Crónica de tiempo y vida
Don Amadeo, el buen doctor
Siglo pasado, pero no olvidado. Mil novecientos cincuenta y dos debe haber sido el año, ese invierno azotó con inclemencia desacostumbrada al pequeño pueblo en la Patagonia argentina y entre sus secuelas trajo graves consecuencias a los pulmones de mi pequeño hermano, una complicada pulmonía rebelde que lo tuvo a muy mal traer y solo salió de ella gracias a los cuidados, dedicación y cariño de nuestro buen padre, que también fue madre, puesto que ella había fallecido años antes.
Pero no solo el cuidado y cariño podían vencer aquella enfermedad que en esos años y en un lugar alejado e inhóspito, en medio de la pampa y un invierno nevado, resultaba de muy difícil recuperación.
Era necesario atención médica, hospitalización, medicamentos y por lo tanto recursos monetarios, los cuales no los había, nuestro padre por esos tiempos era solo un obrero que hacía trabajos esporádicos, con los cuales obtenía escasa remuneración.
En el pueblo ejercían solamente dos doctores de medicina general. Un doctor joven con una elegante consulta y selectivo en cuanto a pacientes , del cual no me acuerdo ni nombre ni apellido. El otro, Don Amadeo, era un hombre maduro de más edad, digo maduro porque para mí que era un niño de diez años, todo aquel que tuviera más de treinta era un viejo. Serio, estatura regular, calvo, de mirada inquisidora que se disimulaba tras unos lentes de gruesos cristales que le daban un aire de persona muy docta y respetable. Vivía solo, nunca le conocí familia, en una gran casa con grandes ventanales rodeada de arbustos y flores bien cuidadas allí donde el viento era dueño y señor. En esa casa situada en una esquina del pueblo, además de vivir allí tenía su sala de consulta y además una biblioteca con gran cantidad de libros.
El se hizo cargo de la enfermedad de mi hermano Humberto. Lo atendió en nuestra humilde y pequeña casita alquilada.
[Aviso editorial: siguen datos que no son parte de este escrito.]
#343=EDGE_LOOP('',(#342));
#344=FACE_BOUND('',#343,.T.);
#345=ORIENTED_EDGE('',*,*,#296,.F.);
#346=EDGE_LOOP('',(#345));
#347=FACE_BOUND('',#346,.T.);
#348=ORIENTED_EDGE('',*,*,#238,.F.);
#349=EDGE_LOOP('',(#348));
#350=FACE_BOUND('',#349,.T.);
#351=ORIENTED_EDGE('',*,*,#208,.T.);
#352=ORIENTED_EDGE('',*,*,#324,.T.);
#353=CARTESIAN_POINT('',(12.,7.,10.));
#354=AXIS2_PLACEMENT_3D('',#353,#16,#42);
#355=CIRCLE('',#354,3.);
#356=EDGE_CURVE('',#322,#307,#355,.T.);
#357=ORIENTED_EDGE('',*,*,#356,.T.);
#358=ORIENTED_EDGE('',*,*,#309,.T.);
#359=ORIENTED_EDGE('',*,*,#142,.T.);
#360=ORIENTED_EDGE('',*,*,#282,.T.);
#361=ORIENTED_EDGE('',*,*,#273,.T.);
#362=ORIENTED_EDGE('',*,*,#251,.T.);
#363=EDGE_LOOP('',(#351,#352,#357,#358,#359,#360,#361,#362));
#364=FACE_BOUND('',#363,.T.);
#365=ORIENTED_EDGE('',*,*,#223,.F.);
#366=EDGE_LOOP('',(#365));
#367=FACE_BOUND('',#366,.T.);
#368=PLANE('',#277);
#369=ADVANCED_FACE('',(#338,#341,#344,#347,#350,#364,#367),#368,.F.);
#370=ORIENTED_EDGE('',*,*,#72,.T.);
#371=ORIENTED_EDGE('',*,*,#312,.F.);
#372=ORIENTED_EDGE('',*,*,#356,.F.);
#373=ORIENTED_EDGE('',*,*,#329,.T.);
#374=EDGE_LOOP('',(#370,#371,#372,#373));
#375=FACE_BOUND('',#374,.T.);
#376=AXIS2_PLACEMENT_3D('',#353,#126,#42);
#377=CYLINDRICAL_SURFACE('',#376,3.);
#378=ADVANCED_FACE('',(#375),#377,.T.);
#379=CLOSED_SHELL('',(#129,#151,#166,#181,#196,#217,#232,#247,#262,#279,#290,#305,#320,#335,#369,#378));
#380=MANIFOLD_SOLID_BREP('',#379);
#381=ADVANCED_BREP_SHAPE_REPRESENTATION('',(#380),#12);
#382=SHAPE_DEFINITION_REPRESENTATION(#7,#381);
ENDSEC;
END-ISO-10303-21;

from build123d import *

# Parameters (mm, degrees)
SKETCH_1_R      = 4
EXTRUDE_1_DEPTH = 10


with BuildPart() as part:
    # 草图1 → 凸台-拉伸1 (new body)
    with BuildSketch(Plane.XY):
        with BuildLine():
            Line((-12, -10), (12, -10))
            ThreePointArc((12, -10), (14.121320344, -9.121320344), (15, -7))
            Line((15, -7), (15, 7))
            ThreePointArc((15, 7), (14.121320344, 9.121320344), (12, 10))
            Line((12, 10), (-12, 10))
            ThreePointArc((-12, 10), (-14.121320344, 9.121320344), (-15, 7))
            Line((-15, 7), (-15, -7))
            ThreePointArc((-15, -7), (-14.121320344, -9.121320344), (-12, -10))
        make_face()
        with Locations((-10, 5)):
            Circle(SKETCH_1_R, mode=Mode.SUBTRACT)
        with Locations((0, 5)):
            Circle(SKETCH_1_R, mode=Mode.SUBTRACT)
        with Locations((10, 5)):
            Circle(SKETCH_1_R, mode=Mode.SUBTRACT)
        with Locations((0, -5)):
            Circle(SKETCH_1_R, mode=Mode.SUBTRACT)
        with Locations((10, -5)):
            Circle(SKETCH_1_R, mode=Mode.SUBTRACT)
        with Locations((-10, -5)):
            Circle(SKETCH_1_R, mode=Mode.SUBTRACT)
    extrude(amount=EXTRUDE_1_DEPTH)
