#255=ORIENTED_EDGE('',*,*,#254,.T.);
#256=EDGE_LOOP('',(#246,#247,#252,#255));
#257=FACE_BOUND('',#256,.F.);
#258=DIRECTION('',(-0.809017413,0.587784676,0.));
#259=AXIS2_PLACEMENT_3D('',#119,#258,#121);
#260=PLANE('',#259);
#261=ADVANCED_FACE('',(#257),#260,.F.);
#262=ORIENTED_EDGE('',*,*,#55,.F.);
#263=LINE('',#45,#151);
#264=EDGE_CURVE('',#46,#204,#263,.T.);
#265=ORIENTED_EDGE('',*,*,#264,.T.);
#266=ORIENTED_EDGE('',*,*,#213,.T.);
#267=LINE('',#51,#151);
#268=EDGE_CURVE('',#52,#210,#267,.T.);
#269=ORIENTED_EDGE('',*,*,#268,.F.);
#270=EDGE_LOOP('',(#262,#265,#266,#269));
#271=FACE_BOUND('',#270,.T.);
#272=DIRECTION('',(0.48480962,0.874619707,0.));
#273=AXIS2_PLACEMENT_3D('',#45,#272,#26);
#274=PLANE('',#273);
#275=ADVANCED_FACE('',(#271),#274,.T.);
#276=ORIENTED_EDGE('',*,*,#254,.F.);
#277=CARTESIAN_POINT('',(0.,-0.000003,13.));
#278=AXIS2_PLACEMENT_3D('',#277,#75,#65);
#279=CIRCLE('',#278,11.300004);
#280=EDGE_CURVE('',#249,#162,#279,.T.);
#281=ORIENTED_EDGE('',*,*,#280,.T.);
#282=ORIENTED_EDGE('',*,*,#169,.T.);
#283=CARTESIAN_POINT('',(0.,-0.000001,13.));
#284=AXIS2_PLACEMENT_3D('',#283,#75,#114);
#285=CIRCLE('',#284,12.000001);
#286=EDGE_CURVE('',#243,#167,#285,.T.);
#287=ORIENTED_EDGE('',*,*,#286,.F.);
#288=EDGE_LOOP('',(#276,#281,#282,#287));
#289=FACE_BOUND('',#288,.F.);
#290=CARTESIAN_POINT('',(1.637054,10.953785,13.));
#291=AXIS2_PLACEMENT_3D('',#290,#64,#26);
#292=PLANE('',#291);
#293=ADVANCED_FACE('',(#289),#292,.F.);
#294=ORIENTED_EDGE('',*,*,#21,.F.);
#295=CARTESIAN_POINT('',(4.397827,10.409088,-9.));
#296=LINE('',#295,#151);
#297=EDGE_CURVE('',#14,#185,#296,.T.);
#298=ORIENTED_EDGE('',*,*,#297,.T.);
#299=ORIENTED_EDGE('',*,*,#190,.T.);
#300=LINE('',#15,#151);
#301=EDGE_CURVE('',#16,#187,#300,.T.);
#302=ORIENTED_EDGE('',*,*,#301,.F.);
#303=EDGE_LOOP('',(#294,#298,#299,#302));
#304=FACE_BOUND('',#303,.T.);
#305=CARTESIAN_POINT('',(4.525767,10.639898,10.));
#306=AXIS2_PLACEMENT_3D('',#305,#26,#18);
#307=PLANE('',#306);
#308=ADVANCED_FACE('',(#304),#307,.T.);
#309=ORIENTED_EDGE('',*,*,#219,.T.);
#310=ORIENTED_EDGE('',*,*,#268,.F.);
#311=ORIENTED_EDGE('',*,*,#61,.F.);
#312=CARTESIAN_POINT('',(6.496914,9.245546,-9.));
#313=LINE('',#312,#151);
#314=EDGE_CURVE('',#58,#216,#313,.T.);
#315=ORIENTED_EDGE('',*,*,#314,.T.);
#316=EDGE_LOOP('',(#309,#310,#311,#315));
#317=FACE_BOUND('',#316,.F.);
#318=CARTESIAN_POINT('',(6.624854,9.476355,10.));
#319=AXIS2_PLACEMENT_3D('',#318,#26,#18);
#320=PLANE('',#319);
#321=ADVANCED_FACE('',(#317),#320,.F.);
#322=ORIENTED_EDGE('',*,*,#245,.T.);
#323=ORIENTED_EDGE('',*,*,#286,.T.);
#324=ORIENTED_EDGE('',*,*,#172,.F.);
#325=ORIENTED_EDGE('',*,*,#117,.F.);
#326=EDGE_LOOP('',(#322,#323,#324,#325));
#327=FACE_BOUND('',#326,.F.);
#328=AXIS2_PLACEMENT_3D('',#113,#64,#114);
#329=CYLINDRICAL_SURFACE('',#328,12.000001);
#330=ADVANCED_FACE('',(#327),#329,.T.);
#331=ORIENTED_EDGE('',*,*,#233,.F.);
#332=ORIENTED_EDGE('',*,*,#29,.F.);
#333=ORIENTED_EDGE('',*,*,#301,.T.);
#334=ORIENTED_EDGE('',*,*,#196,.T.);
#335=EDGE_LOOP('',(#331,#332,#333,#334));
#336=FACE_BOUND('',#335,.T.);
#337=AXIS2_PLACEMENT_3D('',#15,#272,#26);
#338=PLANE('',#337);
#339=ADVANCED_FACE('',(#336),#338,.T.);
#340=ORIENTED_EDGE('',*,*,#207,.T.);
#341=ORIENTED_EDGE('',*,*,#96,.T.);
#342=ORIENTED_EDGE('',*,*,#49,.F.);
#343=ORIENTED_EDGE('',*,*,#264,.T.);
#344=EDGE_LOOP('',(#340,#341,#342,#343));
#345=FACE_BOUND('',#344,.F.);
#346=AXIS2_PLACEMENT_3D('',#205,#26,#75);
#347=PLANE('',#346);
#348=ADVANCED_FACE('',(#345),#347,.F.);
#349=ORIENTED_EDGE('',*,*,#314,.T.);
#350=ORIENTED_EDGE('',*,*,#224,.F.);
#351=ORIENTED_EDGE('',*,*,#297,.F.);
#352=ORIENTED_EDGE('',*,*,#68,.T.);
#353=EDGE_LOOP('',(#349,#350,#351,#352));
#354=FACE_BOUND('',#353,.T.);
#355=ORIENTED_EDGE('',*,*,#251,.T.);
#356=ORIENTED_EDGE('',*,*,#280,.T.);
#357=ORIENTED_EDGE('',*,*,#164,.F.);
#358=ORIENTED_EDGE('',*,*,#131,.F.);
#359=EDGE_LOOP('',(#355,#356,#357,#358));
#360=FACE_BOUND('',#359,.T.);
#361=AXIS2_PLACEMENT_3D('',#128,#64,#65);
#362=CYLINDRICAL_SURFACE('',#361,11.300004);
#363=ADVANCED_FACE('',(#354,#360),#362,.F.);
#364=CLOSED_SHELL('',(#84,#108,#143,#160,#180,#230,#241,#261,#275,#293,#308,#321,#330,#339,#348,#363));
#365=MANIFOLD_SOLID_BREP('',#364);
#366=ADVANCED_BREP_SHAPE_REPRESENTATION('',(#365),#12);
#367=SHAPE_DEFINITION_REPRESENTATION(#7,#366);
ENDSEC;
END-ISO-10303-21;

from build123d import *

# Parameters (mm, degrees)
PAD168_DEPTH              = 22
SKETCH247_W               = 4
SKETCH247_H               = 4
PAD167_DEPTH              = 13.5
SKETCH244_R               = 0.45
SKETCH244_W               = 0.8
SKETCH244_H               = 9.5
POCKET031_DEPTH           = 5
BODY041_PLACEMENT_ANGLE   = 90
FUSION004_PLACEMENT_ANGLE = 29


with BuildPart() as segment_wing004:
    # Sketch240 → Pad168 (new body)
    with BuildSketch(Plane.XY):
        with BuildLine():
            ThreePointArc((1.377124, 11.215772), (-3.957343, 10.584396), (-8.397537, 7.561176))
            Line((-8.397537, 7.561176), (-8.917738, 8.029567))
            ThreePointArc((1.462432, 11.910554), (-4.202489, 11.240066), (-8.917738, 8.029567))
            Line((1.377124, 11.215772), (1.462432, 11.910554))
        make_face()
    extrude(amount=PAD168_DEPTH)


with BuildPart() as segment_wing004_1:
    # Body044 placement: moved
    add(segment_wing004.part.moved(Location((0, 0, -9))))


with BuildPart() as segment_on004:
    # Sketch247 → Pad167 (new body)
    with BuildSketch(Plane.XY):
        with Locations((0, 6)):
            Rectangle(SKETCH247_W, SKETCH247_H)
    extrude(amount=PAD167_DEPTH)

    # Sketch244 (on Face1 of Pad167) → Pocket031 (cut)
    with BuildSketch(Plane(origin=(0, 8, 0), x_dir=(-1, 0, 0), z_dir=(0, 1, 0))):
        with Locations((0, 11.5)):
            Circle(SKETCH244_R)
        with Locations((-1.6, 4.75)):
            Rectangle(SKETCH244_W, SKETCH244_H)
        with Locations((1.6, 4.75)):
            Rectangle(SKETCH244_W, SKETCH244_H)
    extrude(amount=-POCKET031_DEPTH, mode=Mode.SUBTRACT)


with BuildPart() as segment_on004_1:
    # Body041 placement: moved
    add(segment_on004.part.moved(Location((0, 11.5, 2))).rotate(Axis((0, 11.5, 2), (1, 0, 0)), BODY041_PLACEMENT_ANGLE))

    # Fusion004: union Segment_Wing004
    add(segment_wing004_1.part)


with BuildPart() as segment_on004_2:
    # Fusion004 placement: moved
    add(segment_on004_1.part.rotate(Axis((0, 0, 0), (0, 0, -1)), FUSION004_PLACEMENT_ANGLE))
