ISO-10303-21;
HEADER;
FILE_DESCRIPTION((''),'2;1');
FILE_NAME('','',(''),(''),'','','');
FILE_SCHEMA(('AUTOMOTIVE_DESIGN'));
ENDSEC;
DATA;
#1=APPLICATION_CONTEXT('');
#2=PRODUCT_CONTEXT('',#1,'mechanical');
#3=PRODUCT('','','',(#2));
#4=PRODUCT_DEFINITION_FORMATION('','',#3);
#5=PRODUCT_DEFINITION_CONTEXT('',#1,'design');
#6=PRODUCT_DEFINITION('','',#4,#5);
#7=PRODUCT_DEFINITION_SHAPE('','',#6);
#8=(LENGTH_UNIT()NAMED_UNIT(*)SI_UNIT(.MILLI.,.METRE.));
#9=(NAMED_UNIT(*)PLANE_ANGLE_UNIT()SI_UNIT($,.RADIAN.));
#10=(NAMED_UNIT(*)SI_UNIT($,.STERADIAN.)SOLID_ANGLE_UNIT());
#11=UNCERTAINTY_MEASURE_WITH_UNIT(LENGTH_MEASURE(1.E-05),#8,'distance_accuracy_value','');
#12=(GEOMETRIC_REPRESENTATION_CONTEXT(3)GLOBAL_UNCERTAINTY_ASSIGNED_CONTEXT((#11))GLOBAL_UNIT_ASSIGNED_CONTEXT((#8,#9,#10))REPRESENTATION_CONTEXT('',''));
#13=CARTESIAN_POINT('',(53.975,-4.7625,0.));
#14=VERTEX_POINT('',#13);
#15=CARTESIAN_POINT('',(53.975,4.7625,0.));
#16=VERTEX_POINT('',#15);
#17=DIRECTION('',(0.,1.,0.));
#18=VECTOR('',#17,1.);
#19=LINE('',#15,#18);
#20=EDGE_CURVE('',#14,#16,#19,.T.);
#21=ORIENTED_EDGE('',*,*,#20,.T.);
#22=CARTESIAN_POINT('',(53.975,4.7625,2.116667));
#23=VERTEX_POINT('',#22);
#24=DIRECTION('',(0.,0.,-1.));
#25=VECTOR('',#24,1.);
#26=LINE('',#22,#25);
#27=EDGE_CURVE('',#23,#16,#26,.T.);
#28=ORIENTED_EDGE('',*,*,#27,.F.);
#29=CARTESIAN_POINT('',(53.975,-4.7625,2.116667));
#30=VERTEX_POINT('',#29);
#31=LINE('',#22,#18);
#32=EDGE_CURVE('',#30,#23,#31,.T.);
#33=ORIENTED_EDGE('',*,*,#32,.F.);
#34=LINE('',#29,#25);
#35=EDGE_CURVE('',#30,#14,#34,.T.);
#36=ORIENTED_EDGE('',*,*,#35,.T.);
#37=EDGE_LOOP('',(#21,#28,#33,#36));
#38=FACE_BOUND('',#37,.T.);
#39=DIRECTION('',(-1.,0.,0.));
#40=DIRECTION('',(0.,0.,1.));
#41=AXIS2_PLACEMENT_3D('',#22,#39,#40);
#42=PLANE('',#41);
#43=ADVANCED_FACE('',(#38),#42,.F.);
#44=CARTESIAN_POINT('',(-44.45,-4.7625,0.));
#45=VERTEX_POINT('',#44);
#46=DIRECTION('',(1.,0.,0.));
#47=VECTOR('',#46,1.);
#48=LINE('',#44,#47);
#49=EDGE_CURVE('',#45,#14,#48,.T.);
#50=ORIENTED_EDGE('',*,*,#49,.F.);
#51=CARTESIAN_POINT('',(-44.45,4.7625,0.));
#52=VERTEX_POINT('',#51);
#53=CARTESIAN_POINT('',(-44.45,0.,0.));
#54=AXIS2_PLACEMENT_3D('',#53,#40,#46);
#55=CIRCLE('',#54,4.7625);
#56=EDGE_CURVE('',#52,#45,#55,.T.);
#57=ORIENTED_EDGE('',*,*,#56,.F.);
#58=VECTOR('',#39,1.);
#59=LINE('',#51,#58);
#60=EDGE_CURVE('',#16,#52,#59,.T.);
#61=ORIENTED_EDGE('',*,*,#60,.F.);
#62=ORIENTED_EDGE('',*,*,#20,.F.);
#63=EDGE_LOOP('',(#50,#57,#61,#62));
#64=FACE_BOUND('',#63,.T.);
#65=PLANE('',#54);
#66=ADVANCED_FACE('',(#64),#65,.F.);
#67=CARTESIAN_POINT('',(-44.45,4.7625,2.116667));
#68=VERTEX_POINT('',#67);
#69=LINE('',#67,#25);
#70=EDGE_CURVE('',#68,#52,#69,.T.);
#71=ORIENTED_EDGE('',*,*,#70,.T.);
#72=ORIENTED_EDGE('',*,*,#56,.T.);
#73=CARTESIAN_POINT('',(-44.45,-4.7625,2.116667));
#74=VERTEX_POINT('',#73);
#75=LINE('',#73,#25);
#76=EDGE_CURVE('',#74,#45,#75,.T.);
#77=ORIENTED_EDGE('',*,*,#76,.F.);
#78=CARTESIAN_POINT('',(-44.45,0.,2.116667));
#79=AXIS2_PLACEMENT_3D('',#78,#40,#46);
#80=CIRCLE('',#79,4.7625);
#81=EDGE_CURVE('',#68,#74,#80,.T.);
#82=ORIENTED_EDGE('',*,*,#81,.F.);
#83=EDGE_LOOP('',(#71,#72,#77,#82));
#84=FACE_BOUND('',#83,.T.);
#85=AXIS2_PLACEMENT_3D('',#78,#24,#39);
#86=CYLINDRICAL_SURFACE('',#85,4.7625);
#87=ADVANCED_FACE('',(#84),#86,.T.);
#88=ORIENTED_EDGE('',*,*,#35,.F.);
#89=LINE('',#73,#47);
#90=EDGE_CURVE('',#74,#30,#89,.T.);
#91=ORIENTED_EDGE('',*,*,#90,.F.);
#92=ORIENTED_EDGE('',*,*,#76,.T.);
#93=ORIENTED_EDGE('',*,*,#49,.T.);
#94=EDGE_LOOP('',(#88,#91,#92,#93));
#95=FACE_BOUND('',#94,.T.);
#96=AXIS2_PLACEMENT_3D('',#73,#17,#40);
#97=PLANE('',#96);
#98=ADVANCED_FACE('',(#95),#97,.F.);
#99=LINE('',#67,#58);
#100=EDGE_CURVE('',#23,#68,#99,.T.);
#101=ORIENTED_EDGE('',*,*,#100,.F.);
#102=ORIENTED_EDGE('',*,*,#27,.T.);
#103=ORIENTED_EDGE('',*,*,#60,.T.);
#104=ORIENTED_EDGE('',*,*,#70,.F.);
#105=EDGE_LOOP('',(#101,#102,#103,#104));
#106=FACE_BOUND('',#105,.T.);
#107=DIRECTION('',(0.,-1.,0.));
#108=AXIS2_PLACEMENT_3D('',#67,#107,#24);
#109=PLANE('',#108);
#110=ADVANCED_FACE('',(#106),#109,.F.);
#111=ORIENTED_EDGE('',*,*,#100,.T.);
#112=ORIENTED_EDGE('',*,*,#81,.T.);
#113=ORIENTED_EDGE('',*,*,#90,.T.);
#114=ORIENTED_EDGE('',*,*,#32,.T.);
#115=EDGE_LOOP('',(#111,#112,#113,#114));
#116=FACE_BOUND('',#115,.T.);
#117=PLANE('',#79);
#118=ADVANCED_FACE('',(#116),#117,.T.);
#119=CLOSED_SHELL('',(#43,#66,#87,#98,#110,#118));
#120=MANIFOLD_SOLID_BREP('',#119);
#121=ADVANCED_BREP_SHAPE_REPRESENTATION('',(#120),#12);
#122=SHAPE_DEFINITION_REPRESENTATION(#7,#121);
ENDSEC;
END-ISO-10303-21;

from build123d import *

# Parameters (mm, degrees)
BOSS_EXTRUDE1_DEPTH = 2.116666667


with BuildPart() as part:
    # Sketch1 → Boss-Extrude1 (new body)
    with BuildSketch(Plane.XY):
        with BuildLine():
            Line((-44.45, 4.7625), (53.975, 4.7625))
            Line((53.975, 4.7625), (53.975, -4.7625))
            Line((53.975, -4.7625), (-44.45, -4.7625))
            ThreePointArc((-44.45, -4.7625), (-49.2125, 0), (-44.45, 4.7625))
        make_face()
    extrude(amount=BOSS_EXTRUDE1_DEPTH)


solid = part.part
Dio orden estricta de que guardara cama lo más abrigado posible para resguardarlo de la inclemencia del invierno, sobrealimentarlo, darle leche, avena, pollo, arroz, él mismo se preocupó que nada de aquello le faltara. También se encargó de las medicinas. Día por medio visitaba a Humberto, le colocaba las inyecciones de penicilina que el mismo llevaba y también le extraía, a través de punciones, líquido dañino de los pulmones.
Se quedaba un buen rato con Humberto y conmigo, nos conversaba de muchas cosas y de lugares que él había conocido. Nos llevaba libros de su propia biblioteca. Recuerdo que con sus libros y sus conversaciones nos llevó por mares lejanos, con el conocimos lugares exóticos como Papúa, Nueva Guinea y sus pueblos; Tahití, con sus playas y palmeras; Isla de Pascua y sus moais, parece que era entusiasta estudioso de aquellas culturas, todavía hoy recuerdo aquellas tardes, aquellas lecturas y sus enseñanzas.
Así pasaron los meses de invierno. Humberto se mejoró. La pulmonía fue vencida.
El doctor nunca mencionó que todo aquello tenía un costo o que se le debía algo por sus servicios.
Buen médico y gran hombre, el Doctor: Amadeo Antonelli.
Yo muy joven me fui del pueblo, mi hermano también se fue a estudiar, trabajar, casarse y tener hijos, vivir toda una vida y también morir en Chile.
Sinceramente no sé qué fue del doctor Antonelli, pero sí sé que hasta hoy es uno más de aquellas grandes personas que no mueren y siguen viajando conmigo.